New Delhi, Nov 15 : With a view to enhance the investment climate in the country in the wake of strong recovery and the opportunities accorded by a shift in geo-political realities post the Covid-19 pandemic, Union Finance Minister Nirmala Sitharaman on Monday virtually interacted with the Chief Ministers and Finance Ministers of all the states along with Lieutenant Governors of the UTs.
The meeting was attended by the Chief Ministers of Assam, Chhattisgarh, Goa, Haryana, Himachal Pradesh, Karnataka, Madhya Pradesh, Manipur, Meghalaya, Mizoram, Nagaland, Puducherry, Sikkim, Tripura and Uttar Pradesh, along with the Lt Governors of Jammu and Kashmir, and Deputy Chief Ministers of Arunachal Pradesh, Bihar, and Delhi.
State Finance Ministers of Andhra Pradesh, Gujarat, Kerala, Odisha, Punjab, Rajasthan, Tamil Nadu, Telangana, Uttarakhand, West Bengal; and state government officials of Ladakh, Maharashtra, Jharkhand, Andaman and Nicobar, Chandigarh, Dadra and Nagar Haveli and Daman and Diu, and Lakshadweep also attended the meeting.
In her opening remarks, Sitharaman emphasised that the economy has been growing significantly post the second wave of the Covid-19 pandemic and indicators such as imports, exports, PMI manufacturing, digital payments, etc. have already reached pre-pandemic levels.
Sitharaman highlighted that with favourable international perception of India’s growth and in light of the structural, sectoral abd financial reforms undertaken by the government of India, global and domestic investors are upbeat about the investment attractiveness of the country.
The states should leverage this opportunity to scale up investments and growth, she said.
The Finance Minister also said that the government of India has taken concrete steps to increase capital spending and drive an infrastructure and investment-led growth.
Benefits of higher investment in infrastructure manifest in the form of increased employment opportunities, access to market and materials, improved quality of life and empowerment of vulnerable sections, she said.
The Union budget for FY2021-22 has allocated Rs 5.54 lakh crore capital outlay, an increase of 34.5 per cent over last year. Additionally, around Rs 2 lakh crore allocation is for states and autonomous bodies for their capital expenditure. Over and above this, a new incentive scheme was launched by the government for states that could achieve at least 15 per cent of the target set for FY21-22 by the end of the first quarter, 45 per cent by end of the second quarter, and 70 per cent by the end of the third quarter.
States that achieve their targets become eligible for incremental borrowing. After the end of the first quarter, 11 states got permission to mobilise an additional total amount of Rs 15,271 crore.
Sitharaman further said that the recently-launched national monetisation pipeline includes only Central government assets, while state assets have been out of its purview as of now.
The minister suggested that there is a significant potentially monetisable asset base in states which could be leveraged to enhance the capital available for new infrastructure creation and other social sector pressing priorities.

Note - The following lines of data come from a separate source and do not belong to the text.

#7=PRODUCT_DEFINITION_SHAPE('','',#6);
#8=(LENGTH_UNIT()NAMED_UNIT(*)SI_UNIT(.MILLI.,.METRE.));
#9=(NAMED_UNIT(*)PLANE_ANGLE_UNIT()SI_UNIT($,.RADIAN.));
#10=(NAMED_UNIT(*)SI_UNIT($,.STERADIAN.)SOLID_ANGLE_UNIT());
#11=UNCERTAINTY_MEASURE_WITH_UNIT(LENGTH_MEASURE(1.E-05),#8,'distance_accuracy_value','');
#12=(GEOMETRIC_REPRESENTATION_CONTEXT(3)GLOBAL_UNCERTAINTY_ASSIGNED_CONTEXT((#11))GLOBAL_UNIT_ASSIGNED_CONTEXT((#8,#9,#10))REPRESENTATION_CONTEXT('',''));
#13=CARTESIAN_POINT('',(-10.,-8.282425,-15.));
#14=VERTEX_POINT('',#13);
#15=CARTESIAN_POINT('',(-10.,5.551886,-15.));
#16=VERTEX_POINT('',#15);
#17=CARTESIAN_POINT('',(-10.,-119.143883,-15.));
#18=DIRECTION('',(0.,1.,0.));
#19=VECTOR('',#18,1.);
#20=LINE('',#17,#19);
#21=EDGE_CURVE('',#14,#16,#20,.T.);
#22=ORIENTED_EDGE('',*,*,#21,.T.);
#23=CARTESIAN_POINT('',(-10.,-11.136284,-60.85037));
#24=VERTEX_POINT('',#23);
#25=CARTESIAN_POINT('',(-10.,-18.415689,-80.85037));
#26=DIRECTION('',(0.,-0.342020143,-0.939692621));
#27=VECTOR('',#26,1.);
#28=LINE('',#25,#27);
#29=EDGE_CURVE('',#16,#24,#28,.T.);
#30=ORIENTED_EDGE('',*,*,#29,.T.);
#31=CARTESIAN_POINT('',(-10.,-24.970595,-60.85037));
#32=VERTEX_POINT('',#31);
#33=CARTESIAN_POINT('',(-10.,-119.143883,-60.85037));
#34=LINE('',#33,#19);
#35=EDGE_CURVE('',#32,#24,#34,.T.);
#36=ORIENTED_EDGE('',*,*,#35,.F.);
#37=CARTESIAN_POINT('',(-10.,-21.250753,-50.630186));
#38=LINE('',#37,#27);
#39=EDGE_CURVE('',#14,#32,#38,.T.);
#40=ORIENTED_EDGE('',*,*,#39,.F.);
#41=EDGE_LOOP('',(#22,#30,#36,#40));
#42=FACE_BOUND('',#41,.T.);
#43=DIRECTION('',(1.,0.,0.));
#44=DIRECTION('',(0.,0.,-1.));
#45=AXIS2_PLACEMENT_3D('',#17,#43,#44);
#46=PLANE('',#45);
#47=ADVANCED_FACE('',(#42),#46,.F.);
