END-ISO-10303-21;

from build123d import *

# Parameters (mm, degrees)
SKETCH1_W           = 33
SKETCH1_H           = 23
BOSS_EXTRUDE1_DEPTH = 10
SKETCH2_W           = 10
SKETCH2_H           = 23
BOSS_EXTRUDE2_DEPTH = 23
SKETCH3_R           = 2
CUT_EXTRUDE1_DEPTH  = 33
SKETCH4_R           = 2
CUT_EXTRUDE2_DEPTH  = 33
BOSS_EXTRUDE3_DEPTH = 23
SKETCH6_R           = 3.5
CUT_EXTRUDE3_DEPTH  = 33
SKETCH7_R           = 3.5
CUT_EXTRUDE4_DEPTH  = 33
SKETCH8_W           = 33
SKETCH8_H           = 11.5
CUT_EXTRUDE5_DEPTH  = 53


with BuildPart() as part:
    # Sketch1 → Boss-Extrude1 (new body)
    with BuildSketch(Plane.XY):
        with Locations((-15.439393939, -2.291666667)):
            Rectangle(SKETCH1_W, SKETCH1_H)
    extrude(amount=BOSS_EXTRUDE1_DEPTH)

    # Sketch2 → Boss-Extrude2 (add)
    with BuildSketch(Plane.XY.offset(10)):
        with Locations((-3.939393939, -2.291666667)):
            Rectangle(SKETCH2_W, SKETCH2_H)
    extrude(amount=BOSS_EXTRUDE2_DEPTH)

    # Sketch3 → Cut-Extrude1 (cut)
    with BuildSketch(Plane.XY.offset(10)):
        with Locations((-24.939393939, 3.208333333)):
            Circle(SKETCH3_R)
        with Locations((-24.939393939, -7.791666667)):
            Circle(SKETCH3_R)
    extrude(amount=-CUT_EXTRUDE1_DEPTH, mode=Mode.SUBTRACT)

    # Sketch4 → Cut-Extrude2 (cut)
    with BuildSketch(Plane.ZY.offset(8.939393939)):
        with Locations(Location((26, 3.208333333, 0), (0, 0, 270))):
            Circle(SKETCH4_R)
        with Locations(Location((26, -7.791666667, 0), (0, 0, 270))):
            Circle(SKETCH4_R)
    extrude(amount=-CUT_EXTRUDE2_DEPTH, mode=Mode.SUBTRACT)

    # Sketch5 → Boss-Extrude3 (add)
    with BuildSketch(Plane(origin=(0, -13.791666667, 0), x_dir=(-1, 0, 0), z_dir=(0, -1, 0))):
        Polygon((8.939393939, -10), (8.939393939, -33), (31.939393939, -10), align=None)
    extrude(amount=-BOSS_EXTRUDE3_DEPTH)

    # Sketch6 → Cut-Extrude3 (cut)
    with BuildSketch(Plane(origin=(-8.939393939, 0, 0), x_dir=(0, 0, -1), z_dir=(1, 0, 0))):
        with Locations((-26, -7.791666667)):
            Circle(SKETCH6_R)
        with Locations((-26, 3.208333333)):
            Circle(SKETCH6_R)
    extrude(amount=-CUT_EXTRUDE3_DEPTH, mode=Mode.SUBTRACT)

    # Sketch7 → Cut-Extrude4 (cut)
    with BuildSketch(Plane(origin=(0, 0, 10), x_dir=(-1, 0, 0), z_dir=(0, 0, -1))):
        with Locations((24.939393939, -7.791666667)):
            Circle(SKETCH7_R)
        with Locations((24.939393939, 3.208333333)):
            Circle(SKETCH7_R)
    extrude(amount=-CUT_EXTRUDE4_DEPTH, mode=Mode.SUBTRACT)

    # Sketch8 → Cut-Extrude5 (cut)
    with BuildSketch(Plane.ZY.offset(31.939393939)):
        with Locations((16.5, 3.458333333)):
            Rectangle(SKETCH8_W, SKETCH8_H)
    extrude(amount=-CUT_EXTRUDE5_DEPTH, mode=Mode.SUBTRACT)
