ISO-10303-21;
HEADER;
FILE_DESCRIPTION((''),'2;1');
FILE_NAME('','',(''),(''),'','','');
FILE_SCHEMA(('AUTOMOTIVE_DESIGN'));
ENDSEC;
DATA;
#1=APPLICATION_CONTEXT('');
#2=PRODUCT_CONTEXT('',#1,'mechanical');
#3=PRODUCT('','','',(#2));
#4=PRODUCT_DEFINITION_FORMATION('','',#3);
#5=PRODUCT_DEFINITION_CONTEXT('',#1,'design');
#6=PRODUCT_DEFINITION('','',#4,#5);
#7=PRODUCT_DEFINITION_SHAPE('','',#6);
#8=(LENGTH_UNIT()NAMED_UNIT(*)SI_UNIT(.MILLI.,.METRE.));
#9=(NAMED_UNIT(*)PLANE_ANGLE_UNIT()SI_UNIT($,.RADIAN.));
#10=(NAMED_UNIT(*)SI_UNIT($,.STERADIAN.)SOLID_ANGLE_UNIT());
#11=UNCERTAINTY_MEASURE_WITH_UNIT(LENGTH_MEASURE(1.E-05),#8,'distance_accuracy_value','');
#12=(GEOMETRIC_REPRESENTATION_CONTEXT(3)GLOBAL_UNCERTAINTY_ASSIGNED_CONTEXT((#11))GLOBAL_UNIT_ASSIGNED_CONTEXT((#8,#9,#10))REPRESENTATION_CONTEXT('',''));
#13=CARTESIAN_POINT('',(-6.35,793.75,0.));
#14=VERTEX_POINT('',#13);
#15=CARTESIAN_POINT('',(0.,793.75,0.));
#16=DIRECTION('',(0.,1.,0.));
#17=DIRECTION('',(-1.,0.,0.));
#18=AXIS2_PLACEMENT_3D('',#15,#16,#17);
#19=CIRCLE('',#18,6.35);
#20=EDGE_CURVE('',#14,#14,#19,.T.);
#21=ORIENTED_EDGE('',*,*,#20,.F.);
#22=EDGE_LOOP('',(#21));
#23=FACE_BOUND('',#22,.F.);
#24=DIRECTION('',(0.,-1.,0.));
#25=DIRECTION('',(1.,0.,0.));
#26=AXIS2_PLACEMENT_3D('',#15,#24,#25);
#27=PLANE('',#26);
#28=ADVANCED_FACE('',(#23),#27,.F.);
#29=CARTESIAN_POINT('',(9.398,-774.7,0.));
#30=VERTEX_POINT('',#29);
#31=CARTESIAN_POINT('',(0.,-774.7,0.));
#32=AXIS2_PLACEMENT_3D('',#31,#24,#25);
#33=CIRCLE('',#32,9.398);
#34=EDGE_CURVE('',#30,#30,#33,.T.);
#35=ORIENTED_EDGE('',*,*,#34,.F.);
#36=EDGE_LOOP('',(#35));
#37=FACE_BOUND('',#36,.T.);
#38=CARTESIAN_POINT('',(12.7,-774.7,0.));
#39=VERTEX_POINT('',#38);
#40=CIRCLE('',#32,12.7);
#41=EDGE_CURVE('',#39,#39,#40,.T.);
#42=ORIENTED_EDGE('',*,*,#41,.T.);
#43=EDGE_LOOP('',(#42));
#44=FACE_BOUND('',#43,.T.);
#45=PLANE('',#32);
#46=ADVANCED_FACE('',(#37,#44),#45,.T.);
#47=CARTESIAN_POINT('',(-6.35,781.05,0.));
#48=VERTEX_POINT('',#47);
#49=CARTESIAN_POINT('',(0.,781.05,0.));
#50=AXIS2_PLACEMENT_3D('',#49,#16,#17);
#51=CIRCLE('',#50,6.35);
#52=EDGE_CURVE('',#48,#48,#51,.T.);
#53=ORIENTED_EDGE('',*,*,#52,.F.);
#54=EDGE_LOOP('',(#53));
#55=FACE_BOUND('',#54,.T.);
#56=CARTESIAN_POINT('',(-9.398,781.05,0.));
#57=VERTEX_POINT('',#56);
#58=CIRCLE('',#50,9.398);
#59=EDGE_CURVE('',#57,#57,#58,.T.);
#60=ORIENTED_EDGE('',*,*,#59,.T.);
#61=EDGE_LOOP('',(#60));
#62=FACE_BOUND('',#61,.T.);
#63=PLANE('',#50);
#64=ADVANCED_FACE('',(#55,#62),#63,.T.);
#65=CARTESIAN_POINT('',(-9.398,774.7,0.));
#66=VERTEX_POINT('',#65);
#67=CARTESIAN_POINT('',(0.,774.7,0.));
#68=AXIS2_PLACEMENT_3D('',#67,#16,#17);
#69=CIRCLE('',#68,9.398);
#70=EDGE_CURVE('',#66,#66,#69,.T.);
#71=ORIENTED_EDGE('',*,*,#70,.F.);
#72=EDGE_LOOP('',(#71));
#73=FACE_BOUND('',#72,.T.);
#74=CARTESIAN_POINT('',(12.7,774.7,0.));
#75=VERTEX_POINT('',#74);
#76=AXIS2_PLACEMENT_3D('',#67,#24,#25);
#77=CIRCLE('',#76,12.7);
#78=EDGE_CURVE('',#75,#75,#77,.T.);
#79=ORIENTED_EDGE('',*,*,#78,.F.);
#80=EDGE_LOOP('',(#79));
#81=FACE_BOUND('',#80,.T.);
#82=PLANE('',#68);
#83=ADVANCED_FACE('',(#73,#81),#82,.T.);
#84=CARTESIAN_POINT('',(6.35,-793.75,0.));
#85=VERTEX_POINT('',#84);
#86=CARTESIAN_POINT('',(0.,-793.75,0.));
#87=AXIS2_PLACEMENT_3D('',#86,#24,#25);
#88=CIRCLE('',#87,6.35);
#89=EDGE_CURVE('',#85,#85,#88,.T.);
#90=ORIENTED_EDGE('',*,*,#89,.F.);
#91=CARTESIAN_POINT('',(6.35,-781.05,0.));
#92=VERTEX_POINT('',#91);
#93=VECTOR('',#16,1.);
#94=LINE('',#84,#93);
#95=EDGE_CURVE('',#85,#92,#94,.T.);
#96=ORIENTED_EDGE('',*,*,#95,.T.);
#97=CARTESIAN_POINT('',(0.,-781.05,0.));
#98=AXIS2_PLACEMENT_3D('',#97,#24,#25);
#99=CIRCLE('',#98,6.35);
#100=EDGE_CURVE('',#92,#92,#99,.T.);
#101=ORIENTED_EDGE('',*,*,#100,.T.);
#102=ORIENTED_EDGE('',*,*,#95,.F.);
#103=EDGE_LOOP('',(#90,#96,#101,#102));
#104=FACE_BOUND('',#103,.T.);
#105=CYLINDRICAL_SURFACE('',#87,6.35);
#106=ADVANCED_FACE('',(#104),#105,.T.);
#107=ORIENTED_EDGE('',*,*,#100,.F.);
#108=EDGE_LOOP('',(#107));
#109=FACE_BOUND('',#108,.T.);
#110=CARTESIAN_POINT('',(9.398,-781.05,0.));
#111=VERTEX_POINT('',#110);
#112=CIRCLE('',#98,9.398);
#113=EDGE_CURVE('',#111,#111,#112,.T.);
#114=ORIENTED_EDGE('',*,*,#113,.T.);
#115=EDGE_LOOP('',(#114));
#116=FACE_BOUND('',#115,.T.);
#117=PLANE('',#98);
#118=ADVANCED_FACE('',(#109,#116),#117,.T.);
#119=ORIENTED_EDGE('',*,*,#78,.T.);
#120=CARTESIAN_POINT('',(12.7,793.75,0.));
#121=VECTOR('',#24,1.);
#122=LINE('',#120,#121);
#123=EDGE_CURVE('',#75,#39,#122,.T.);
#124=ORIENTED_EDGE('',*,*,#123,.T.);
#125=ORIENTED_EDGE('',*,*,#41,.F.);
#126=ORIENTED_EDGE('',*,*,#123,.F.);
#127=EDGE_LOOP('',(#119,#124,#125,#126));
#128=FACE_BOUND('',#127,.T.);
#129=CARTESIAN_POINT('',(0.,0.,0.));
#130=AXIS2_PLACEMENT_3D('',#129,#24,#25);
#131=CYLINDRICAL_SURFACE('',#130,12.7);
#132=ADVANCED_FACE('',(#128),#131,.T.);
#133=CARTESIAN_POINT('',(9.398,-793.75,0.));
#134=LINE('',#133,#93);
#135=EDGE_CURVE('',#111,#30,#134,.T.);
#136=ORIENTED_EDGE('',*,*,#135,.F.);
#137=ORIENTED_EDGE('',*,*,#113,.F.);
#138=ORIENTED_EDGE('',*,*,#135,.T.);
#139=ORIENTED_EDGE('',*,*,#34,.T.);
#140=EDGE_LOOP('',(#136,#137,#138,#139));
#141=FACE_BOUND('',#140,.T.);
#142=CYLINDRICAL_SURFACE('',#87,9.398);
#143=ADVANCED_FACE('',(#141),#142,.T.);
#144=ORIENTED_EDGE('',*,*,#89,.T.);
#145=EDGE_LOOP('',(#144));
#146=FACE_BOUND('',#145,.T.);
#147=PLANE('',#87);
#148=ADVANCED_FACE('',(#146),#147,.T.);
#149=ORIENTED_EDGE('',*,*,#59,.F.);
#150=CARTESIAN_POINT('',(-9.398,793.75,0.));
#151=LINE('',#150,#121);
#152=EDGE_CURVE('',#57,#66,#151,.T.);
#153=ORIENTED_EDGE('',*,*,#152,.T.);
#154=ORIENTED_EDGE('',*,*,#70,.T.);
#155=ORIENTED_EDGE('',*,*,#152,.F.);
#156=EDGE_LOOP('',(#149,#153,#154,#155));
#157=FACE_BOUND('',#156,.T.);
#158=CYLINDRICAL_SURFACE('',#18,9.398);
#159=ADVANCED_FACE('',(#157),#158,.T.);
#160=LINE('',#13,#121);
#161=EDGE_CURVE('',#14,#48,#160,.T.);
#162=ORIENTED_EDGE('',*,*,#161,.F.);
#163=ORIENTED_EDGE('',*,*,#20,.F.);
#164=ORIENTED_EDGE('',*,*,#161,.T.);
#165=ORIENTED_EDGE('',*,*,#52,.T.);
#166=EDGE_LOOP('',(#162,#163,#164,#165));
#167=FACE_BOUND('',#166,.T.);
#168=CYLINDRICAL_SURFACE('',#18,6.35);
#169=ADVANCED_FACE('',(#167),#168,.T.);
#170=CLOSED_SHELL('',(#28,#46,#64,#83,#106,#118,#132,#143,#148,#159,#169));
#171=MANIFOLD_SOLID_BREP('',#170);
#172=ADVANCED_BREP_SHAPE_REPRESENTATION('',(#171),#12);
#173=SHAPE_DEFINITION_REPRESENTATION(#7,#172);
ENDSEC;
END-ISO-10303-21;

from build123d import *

# Parameters (mm, degrees)
F0_R     = 12.7
F1_DEPTH = 793.75
F2_R     = 12.7
F2_R_2   = 9.398
F3_DEPTH = 19.05
F4_R     = 12.7
F4_R_2   = 9.398
F5_DEPTH = 19.05
F6_R     = 9.398
F6_R_2   = 6.35
F7_DEPTH = 12.7
F8_R     = 9.398
F8_R_2   = 6.35
F9_DEPTH = 12.7


with BuildPart() as f1:
    # F0 (on Front) → F1 (new body, symmetric)
    with BuildSketch(Plane.XZ):
        Circle(F0_R)
    extrude(amount=F1_DEPTH, both=True)

    # F2 (on face) → F3 (cut)
    with BuildSketch(Plane(origin=(0, 793.75, 0), x_dir=(-1, 0, 0), z_dir=(0, 1, 0))):
        Circle(F2_R)
        Circle(F2_R_2, mode=Mode.SUBTRACT)
    extrude(amount=-F3_DEPTH, mode=Mode.SUBTRACT)

    # F4 (on face) → F5 (cut)
    with BuildSketch(Plane.XZ.offset(793.75)):
        Circle(F4_R)
        Circle(F4_R_2, mode=Mode.SUBTRACT)
    extrude(amount=-F5_DEPTH, mode=Mode.SUBTRACT)

    # F6 (on face) → F7 (cut)
    with BuildSketch(Plane.XZ.offset(793.75)):
        Circle(F6_R)
        Circle(F6_R_2, mode=Mode.SUBTRACT)
    extrude(amount=-F7_DEPTH, mode=Mode.SUBTRACT)

    # F8 (on face) → F9 (cut)
    with BuildSketch(Plane(origin=(0, 793.75, 0), x_dir=(-1, 0, 0), z_dir=(0, 1, 0))):
        Circle(F8_R)
        Circle(F8_R_2, mode=Mode.SUBTRACT)
    extrude(amount=-F9_DEPTH, mode=Mode.SUBTRACT)


solid = f1.part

Sitharaman urged the states to help India become the fastest growing economy in coming years, through facilitating investment attractiveness and expediting ease of doing business measures and undertaking power reforms with regard to reduction in AT&C and ACS-RRR.
The Finance Minister further emphasised that since in many cases land is one of the major bottlenecks for project on-grounding, states must contrive to smoothen land acquisition procedures and create land banks to be tapped at the time of investment.
She urged the states to strengthen their urban local bodies (ULBs) in light of the fact that there has been decidedly a larger allocation to ULBs than earlier.
Since infrastructure projects require technical assistance in addition to financial resources, Sitharaman said that the line ministries and the Department of Economic Affairs would extend all possible cooperation for technical or advisory assistance to the states.
Moreover, the viability gap funding provision will help finance socially relevant but financially unviable projects, especially across social sectors.
The Finance Minister said that she is looking forward to listening from the states and understand their ideas and plans in the direction of investment enhancement.
In the open interaction, each of the states enumerated the list of reforms and pro-active policies they are pursuing to establish good governance and to facilitate investment.
Some of the ideas shared by by the states to facilitate investment promotion during the meeting were: Affidavit-based clearance system; Transparent mechanism for investment facilitation that involves sharing with states; leads of prospective investors who are in touch with the Centre etc.
The states also emphasised the need for a clear-cut policy and SOPs on environment and forest clearances by the government of India, on the lines of ‘Eco-Economics’, and more power to states under forest/environmental matters.
The states also sought fast-track clearance and approval for the externally-aided projects by the government of India.
The states also suggested the need for a legal reassessment and intervention on the legality of conversion of several different types of lands into industrial parks. They also said that there is a need to strengthen the dispute resolution mechanism, post-award contract enforcement etc.
The states sought continuation of the Centre’s scheme of loan for capital expenditure beyond the current financial year.